Dataset:

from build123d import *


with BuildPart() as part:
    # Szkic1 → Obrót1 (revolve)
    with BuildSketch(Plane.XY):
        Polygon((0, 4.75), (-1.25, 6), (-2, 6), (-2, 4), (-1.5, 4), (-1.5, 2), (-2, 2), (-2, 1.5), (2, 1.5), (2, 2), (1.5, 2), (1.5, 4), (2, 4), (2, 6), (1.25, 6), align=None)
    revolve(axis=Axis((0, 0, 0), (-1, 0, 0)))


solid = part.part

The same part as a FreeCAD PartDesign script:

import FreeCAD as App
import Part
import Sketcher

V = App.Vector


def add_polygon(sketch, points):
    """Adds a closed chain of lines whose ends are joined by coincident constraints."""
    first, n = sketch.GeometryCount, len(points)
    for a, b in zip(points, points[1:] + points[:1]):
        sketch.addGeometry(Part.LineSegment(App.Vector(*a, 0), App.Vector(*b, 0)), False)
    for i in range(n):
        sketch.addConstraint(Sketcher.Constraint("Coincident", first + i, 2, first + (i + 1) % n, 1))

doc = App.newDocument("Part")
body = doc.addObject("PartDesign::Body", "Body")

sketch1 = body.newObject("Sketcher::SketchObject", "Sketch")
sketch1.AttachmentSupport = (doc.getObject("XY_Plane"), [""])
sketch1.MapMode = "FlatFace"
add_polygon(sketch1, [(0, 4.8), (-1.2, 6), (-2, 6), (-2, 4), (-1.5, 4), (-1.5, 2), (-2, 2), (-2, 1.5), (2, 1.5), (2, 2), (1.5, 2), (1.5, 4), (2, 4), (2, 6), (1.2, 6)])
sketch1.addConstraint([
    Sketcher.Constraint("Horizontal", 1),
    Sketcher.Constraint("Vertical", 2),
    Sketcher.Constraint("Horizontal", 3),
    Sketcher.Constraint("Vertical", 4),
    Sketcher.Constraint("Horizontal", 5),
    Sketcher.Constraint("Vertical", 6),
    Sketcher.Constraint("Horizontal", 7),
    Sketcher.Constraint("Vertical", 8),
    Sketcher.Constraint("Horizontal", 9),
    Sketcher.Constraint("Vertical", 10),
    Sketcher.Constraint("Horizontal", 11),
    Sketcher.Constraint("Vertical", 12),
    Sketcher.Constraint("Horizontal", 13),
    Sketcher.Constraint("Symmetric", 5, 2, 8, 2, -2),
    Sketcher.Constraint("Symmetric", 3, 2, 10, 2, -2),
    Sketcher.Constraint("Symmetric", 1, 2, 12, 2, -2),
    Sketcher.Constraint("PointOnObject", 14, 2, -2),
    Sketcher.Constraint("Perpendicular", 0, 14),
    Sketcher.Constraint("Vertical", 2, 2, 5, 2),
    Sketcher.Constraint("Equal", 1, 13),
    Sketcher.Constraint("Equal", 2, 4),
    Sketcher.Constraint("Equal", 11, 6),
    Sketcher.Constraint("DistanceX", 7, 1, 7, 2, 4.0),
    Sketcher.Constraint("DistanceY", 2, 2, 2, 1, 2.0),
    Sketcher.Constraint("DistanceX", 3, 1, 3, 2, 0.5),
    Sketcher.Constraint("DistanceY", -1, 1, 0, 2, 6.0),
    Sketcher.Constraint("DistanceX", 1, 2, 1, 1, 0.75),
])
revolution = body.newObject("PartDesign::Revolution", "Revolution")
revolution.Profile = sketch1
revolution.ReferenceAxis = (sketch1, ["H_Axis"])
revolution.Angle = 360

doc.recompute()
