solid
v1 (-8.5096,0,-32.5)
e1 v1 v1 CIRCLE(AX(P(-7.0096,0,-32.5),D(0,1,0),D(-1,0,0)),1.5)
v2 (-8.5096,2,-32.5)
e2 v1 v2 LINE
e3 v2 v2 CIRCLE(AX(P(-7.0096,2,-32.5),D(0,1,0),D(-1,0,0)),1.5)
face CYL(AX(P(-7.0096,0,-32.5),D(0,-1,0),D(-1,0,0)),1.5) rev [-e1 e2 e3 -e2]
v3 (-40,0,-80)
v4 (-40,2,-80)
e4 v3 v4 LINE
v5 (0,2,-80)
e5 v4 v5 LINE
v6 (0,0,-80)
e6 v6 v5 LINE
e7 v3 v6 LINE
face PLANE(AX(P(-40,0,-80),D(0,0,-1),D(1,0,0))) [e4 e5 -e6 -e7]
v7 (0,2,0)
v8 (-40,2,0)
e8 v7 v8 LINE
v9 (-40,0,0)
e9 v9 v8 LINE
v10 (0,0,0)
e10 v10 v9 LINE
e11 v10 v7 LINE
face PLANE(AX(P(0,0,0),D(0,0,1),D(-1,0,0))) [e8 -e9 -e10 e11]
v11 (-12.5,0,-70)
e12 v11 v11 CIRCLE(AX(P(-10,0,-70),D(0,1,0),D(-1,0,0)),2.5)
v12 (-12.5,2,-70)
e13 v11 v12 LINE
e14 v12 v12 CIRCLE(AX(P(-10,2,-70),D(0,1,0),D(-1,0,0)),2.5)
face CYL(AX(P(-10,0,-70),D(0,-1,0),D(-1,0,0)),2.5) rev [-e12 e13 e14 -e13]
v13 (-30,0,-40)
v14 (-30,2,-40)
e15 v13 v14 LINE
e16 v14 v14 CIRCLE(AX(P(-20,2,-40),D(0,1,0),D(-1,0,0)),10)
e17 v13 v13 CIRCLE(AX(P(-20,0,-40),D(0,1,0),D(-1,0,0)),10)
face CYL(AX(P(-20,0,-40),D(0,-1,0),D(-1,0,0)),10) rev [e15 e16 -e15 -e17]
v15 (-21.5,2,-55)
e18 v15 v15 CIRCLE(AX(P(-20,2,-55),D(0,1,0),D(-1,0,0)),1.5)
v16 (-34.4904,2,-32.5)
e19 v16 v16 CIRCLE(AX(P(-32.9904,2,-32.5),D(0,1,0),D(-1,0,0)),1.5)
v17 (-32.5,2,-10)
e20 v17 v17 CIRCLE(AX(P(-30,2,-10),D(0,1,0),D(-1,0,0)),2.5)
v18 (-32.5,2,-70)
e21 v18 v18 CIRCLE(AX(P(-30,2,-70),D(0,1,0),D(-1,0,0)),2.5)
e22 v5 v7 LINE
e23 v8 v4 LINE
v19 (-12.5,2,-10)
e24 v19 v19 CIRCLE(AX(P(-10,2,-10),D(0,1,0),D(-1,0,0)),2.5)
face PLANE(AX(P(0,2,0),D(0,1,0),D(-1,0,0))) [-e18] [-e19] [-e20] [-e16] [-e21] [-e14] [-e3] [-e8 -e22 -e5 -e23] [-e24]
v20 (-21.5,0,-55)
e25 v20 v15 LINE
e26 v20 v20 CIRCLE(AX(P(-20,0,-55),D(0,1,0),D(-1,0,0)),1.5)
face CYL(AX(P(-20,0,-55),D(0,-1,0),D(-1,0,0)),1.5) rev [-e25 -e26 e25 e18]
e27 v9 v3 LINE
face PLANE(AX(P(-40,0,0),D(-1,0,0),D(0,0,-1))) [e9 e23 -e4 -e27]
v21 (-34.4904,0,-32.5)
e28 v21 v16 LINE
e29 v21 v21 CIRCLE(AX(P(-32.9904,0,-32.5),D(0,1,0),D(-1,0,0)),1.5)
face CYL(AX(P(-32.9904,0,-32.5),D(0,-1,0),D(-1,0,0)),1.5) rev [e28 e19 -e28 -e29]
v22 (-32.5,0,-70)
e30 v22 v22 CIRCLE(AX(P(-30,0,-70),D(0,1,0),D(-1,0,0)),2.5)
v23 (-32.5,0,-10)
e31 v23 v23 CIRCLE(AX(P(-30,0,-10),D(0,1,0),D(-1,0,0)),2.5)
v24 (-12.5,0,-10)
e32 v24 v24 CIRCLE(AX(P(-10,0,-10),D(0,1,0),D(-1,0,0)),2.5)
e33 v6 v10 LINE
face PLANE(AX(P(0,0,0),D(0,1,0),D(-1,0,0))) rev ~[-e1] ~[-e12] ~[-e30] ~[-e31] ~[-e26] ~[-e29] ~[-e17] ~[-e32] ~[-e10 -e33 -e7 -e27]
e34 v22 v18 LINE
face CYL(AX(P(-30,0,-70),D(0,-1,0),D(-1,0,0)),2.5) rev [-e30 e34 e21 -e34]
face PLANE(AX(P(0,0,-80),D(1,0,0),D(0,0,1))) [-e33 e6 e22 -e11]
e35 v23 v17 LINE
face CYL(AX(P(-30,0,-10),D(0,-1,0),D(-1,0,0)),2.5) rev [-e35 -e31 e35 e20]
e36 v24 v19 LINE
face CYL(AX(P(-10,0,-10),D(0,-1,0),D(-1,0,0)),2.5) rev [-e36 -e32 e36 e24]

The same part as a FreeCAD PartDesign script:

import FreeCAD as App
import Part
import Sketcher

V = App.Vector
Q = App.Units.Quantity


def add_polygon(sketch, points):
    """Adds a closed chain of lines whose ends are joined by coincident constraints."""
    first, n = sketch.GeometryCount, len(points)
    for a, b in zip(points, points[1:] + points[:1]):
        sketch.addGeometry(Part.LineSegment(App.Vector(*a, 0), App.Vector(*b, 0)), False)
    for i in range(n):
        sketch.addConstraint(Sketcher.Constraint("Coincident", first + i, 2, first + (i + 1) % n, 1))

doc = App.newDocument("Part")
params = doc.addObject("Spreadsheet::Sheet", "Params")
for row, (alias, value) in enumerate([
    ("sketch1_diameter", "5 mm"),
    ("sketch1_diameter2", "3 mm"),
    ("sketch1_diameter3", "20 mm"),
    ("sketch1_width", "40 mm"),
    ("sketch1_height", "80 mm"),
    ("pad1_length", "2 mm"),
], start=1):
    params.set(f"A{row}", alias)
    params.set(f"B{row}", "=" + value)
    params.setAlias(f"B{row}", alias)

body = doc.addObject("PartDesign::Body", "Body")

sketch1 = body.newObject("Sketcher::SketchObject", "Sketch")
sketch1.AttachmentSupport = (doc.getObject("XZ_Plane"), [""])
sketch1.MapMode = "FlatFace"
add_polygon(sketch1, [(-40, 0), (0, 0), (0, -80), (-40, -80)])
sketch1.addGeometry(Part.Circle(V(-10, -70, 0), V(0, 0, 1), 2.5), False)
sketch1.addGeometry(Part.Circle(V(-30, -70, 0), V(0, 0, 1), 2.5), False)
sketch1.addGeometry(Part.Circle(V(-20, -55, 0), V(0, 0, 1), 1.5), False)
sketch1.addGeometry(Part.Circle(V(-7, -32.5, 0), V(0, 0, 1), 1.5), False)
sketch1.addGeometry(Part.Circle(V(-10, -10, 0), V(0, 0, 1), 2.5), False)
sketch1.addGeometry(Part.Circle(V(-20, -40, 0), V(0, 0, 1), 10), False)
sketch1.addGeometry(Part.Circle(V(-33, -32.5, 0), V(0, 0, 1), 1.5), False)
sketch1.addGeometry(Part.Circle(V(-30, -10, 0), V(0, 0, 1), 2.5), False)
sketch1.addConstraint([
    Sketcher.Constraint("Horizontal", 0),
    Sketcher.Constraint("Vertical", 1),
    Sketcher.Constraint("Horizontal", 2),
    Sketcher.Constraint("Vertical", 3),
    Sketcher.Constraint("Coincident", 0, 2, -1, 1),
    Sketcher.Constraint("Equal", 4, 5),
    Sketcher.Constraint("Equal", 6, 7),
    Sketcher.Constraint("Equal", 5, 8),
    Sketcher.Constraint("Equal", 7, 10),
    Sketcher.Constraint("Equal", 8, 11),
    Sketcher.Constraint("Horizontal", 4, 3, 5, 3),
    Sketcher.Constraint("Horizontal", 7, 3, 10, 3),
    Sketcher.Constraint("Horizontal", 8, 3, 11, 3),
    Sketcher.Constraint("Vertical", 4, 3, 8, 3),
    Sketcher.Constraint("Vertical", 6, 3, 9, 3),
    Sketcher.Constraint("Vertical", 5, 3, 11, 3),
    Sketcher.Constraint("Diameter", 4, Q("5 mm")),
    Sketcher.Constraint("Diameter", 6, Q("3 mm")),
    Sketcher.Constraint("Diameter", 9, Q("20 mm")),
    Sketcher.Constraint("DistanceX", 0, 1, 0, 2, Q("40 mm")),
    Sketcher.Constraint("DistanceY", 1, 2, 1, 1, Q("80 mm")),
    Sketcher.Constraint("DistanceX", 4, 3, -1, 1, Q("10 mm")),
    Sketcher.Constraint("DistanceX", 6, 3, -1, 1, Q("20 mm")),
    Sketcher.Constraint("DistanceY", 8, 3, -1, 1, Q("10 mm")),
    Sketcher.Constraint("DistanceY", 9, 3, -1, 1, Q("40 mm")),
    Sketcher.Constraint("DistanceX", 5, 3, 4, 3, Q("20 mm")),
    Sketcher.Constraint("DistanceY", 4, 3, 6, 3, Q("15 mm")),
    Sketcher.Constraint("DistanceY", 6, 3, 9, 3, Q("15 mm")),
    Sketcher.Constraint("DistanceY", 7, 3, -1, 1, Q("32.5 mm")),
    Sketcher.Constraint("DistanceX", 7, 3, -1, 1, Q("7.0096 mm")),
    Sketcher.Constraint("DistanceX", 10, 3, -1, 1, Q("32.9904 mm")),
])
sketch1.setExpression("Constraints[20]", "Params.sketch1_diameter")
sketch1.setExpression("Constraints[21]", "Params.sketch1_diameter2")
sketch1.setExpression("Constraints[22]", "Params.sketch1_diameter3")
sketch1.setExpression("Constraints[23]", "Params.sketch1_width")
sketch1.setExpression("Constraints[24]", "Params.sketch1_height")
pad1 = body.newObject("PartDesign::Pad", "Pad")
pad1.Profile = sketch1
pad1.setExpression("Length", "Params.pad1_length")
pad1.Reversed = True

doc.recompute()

Problem: Beginning at the line above that contains "v18 (-32.5,2,-70)", return each line exactly through the line that contains "face CYL(AX(P(-10,0,-10),D(0,-1,0),D(-1,0,0)),2.5) rev", and no others.

Task output:
v18 (-32.5,2,-70)
e21 v18 v18 CIRCLE(AX(P(-30,2,-70),D(0,1,0),D(-1,0,0)),2.5)
e22 v5 v7 LINE
e23 v8 v4 LINE
v19 (-12.5,2,-10)
e24 v19 v19 CIRCLE(AX(P(-10,2,-10),D(0,1,0),D(-1,0,0)),2.5)
face PLANE(AX(P(0,2,0),D(0,1,0),D(-1,0,0))) [-e18] [-e19] [-e20] [-e16] [-e21] [-e14] [-e3] [-e8 -e22 -e5 -e23] [-e24]
v20 (-21.5,0,-55)
e25 v20 v15 LINE
e26 v20 v20 CIRCLE(AX(P(-20,0,-55),D(0,1,0),D(-1,0,0)),1.5)
face CYL(AX(P(-20,0,-55),D(0,-1,0),D(-1,0,0)),1.5) rev [-e25 -e26 e25 e18]
e27 v9 v3 LINE
face PLANE(AX(P(-40,0,0),D(-1,0,0),D(0,0,-1))) [e9 e23 -e4 -e27]
v21 (-34.4904,0,-32.5)
e28 v21 v16 LINE
e29 v21 v21 CIRCLE(AX(P(-32.9904,0,-32.5),D(0,1,0),D(-1,0,0)),1.5)
face CYL(AX(P(-32.9904,0,-32.5),D(0,-1,0),D(-1,0,0)),1.5) rev [e28 e19 -e28 -e29]
v22 (-32.5,0,-70)
e30 v22 v22 CIRCLE(AX(P(-30,0,-70),D(0,1,0),D(-1,0,0)),2.5)
v23 (-32.5,0,-10)
e31 v23 v23 CIRCLE(AX(P(-30,0,-10),D(0,1,0),D(-1,0,0)),2.5)
v24 (-12.5,0,-10)
e32 v24 v24 CIRCLE(AX(P(-10,0,-10),D(0,1,0),D(-1,0,0)),2.5)
e33 v6 v10 LINE
face PLANE(AX(P(0,0,0),D(0,1,0),D(-1,0,0))) rev ~[-e1] ~[-e12] ~[-e30] ~[-e31] ~[-e26] ~[-e29] ~[-e17] ~[-e32] ~[-e10 -e33 -e7 -e27]
e34 v22 v18 LINE
face CYL(AX(P(-30,0,-70),D(0,-1,0),D(-1,0,0)),2.5) rev [-e30 e34 e21 -e34]
face PLANE(AX(P(0,0,-80),D(1,0,0),D(0,0,1))) [-e33 e6 e22 -e11]
e35 v23 v17 LINE
face CYL(AX(P(-30,0,-10),D(0,-1,0),D(-1,0,0)),2.5) rev [-e35 -e31 e35 e20]
e36 v24 v19 LINE
face CYL(AX(P(-10,0,-10),D(0,-1,0),D(-1,0,0)),2.5) rev [-e36 -e32 e36 e24]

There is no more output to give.